= Christopher de Haro =

Castilian-Portuguese merchant known for backing Magellan and Elcano's voyages

Cristóbal de Haro was a Castilian financier and merchant from Burgos, famous for having provided funding for the Magellan-Elcano expedition.

Born in Burgos, Haro was based in Lisbon starting in 1505. After 1513, he became upset with the Portuguese crown and returned to Castile, plotting with Portuguese exiles Ferdinand Magellan and Ruy Faleiro and with the Spanish minister Juan Rodríguez de Fonseca an expedition to the Spice Islands sailing westward.

As a financier and representative of the Fuggers he provided a quarter of the financial backing to Magellan's 1519 voyage, which failed to conquer the Spice Islands but resulted in the first circumnavigation around the world by Juan Sebastián Elcano.

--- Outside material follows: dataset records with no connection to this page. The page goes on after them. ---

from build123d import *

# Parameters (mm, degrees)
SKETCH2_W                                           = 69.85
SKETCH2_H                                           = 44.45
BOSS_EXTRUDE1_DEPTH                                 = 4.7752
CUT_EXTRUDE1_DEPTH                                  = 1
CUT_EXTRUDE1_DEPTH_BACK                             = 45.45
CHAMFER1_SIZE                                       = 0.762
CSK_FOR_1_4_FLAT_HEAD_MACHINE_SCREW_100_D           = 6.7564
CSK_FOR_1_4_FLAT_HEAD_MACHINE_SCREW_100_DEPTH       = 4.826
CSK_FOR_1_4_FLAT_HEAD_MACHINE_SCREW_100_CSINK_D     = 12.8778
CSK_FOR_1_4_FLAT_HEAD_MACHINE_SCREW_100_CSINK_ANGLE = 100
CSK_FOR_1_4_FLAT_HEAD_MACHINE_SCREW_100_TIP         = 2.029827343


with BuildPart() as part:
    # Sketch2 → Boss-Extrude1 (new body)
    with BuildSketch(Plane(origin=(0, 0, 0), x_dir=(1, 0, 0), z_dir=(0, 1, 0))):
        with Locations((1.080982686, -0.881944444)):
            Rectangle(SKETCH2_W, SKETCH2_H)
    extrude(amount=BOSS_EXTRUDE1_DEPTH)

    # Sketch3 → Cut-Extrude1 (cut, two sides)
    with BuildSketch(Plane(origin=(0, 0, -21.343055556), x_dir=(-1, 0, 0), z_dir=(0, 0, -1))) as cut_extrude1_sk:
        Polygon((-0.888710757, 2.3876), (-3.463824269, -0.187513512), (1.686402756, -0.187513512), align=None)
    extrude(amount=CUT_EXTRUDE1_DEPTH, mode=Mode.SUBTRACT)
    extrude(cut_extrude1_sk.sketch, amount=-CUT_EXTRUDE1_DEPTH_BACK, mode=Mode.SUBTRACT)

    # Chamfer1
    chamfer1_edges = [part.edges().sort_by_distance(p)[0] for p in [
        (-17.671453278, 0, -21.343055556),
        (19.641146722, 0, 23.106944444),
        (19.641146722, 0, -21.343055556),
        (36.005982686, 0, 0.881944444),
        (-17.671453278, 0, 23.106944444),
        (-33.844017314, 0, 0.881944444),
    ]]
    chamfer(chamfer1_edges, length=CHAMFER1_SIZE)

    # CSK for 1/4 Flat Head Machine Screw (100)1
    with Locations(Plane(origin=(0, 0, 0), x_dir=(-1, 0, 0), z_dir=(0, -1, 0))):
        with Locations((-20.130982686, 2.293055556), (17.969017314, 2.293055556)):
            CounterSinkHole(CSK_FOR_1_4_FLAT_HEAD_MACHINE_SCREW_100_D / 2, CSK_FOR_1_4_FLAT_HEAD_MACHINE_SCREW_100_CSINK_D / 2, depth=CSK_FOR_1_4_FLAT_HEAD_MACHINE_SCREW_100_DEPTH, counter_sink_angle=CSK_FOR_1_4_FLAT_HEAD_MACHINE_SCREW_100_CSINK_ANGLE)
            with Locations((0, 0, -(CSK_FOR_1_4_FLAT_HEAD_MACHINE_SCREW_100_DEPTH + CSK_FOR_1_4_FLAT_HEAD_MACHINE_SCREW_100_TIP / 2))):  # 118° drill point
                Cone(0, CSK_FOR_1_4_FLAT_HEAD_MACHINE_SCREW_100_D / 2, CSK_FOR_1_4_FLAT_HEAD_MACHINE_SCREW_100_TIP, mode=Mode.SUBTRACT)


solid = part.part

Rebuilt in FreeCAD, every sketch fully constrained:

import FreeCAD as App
import Part
import Sketcher
Q = App.Units.Quantity


def edges_at(feature, points):
    """Names of the edges that pass closest to the given points."""
    edges = feature.Shape.Edges
    near = lambda p: min(range(len(edges)), key=lambda i: edges[i].distToShape(Part.Vertex(*p))[0])
    return sorted({f"Edge{near(p) + 1}" for p in points})


def add_polygon(sketch, points):
    """Adds a closed chain of lines whose ends are joined by coincident constraints."""
    first, n = sketch.GeometryCount, len(points)
    for a, b in zip(points, points[1:] + points[:1]):
        sketch.addGeometry(Part.LineSegment(App.Vector(*a, 0), App.Vector(*b, 0)), False)
    for i in range(n):
        sketch.addConstraint(Sketcher.Constraint("Coincident", first + i, 2, first + (i + 1) % n, 1))

doc = App.newDocument("Part")
body = doc.addObject("PartDesign::Body", "Body")

# Sketch on XZ plane
sketch1 = doc.addObject("Sketcher::SketchObject", "Sketch")
body.addObject(sketch1)
sketch1.AttachmentSupport = (doc.XZ_Plane, [""])
sketch1.MapMode = "FlatFace"
add_polygon(sketch1, [(-33.844017, -21.343056), (-33.844017, 23.106944), (36.005983, 23.106944), (36.005983, -21.343056)])  # lines 0-3
sketch1.addConstraint(Sketcher.Constraint("Vertical", 0))
sketch1.addConstraint(Sketcher.Constraint("Horizontal", 1))
sketch1.addConstraint(Sketcher.Constraint("Vertical", 2))
sketch1.addConstraint(Sketcher.Constraint("Horizontal", 3))
sketch1.addConstraint(Sketcher.Constraint("DistanceX", 1, 1, 1, 2, Q("2.75 in")))
sketch1.addConstraint(Sketcher.Constraint("DistanceY", 0, 1, 0, 2, Q("1.75 in")))
sketch1.addConstraint(Sketcher.Constraint("DistanceX", 0, 2, -1, 1, Q("33.844017 mm")))
sketch1.addConstraint(Sketcher.Constraint("DistanceY", -1, 1, 0, 2, Q("23.106944 mm")))
pad1 = doc.addObject("PartDesign::Pad", "Pad")
body.addObject(pad1)
pad1.Profile = sketch1
pad1.Length = Q("0.188 in")
pad1.Reversed = True

# Sketch on XY plane
sketch2 = doc.addObject("Sketcher::SketchObject", "Sketch001")
body.addObject(sketch2)
sketch2.AttachmentSupport = (doc.XY_Plane, [""])
sketch2.MapMode = "FlatFace"
sketch2.AttachmentOffset = App.Placement(App.Vector(0, 0, -21.343056), App.Rotation())
add_polygon(sketch2, [(0.888711, 2.3876), (3.463824, -0.187514), (-1.686403, -0.187514)])  # lines 0-2
sketch2.addConstraint(Sketcher.Constraint("Horizontal", 1))
sketch2.addConstraint(Sketcher.Constraint("Perpendicular", 0, 2))
sketch2.addConstraint(Sketcher.Constraint("Equal", 0, 2))
sketch2.addConstraint(Sketcher.Constraint("DistanceY", -1, 1, 2, 2, Q("0.094 in")))
sketch2.addConstraint(Sketcher.Constraint("Distance", 0, Q("3.64176 mm")))
sketch2.addConstraint(Sketcher.Constraint("DistanceX", -1, 1, 2, 2, Q("0.888711 mm")))
pocket1 = doc.addObject("PartDesign::Pocket", "Pocket")
body.addObject(pocket1)
pocket1.Profile = sketch2
pocket1.Type = "ThroughAll"
pocket1.Midplane = True
doc.recompute()

chamfer = doc.addObject("PartDesign::Chamfer", "Chamfer")
body.addObject(chamfer)
chamfer.Base = (pocket1, edges_at(pocket1, [
    (-17.671, 0, -21.343),
    (19.641, 0, 23.107),
    (19.641, 0, -21.343),
    (36.006, 0, 0.882),
    (-17.671, 0, 23.107),
    (-33.844, 0, 0.882),
]))
chamfer.Size = Q("0.03 in")

# Sketch on XZ plane
sketch3 = doc.addObject("Sketcher::SketchObject", "Sketch002")
body.addObject(sketch3)
sketch3.AttachmentSupport = (doc.XZ_Plane, [""])
sketch3.MapMode = "FlatFace"
sketch3.addGeometry(Part.Circle(App.Vector(20.130983, -2.293056, 0), App.Vector(0, 0, 1), 3.3782), False)
sketch3.addGeometry(Part.Circle(App.Vector(-17.969017, -2.293056, 0), App.Vector(0, 0, 1), 3.3782), False)
sketch3.addConstraint(Sketcher.Constraint("Equal", 0, 1))
sketch3.addConstraint(Sketcher.Constraint("Horizontal", 0, 3, 1, 3))
sketch3.addConstraint(Sketcher.Constraint("Diameter", 0, Q("0.266 in")))
sketch3.addConstraint(Sketcher.Constraint("DistanceX", 1, 3, 0, 3, Q("1.5 in")))
sketch3.addConstraint(Sketcher.Constraint("DistanceX", -1, 1, 0, 3, Q("20.130983 mm")))
sketch3.addConstraint(Sketcher.Constraint("DistanceY", 0, 3, -1, 1, Q("2.293056 mm")))
doc.recompute()
hole = doc.addObject("PartDesign::Hole", "Hole")
body.addObject(hole)
hole.Profile = sketch3
hole.ThreadType = "None"
hole.Diameter = Q("0.266 in")
hole.DepthType = "Dimension"
hole.Depth = Q("0.19 in")
hole.DrillPoint = "Angled"
hole.DrillPointAngle = 118
hole.HoleCutType = "Countersink"
hole.HoleCutDiameter = Q("0.507 in")
hole.HoleCutCountersinkAngle = 100

doc.recompute()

Cristóbal's brother Diego de Haro headed a commercial firm based in Antwerp. A daughter of Diego, Frances, was married to Maximilianus of Transylvania (Maximilianus Transylvanus), who wrote the first account of Magellan's voyage, published in 1523. Transylvanus pointed out that Cristóbal de Haro had assisted Magellan and Faleiro considerably in presenting their proposals before the Spanish royal counselors.
Haro also helped finance subsequent Spanish expeditions to the Spice Islands: those commanded by Estevao Gomes in 1524, by Jofre de Loaysa in 1525 and by Diego García in 1528.

He was buried in the church of San Lesmes in Burgos, next to his wife Catalina de Ayala. The tomb is decorated with the coat of arms that King Charles granted him, with Magellan's five ships, the pillars of Hercules and spices.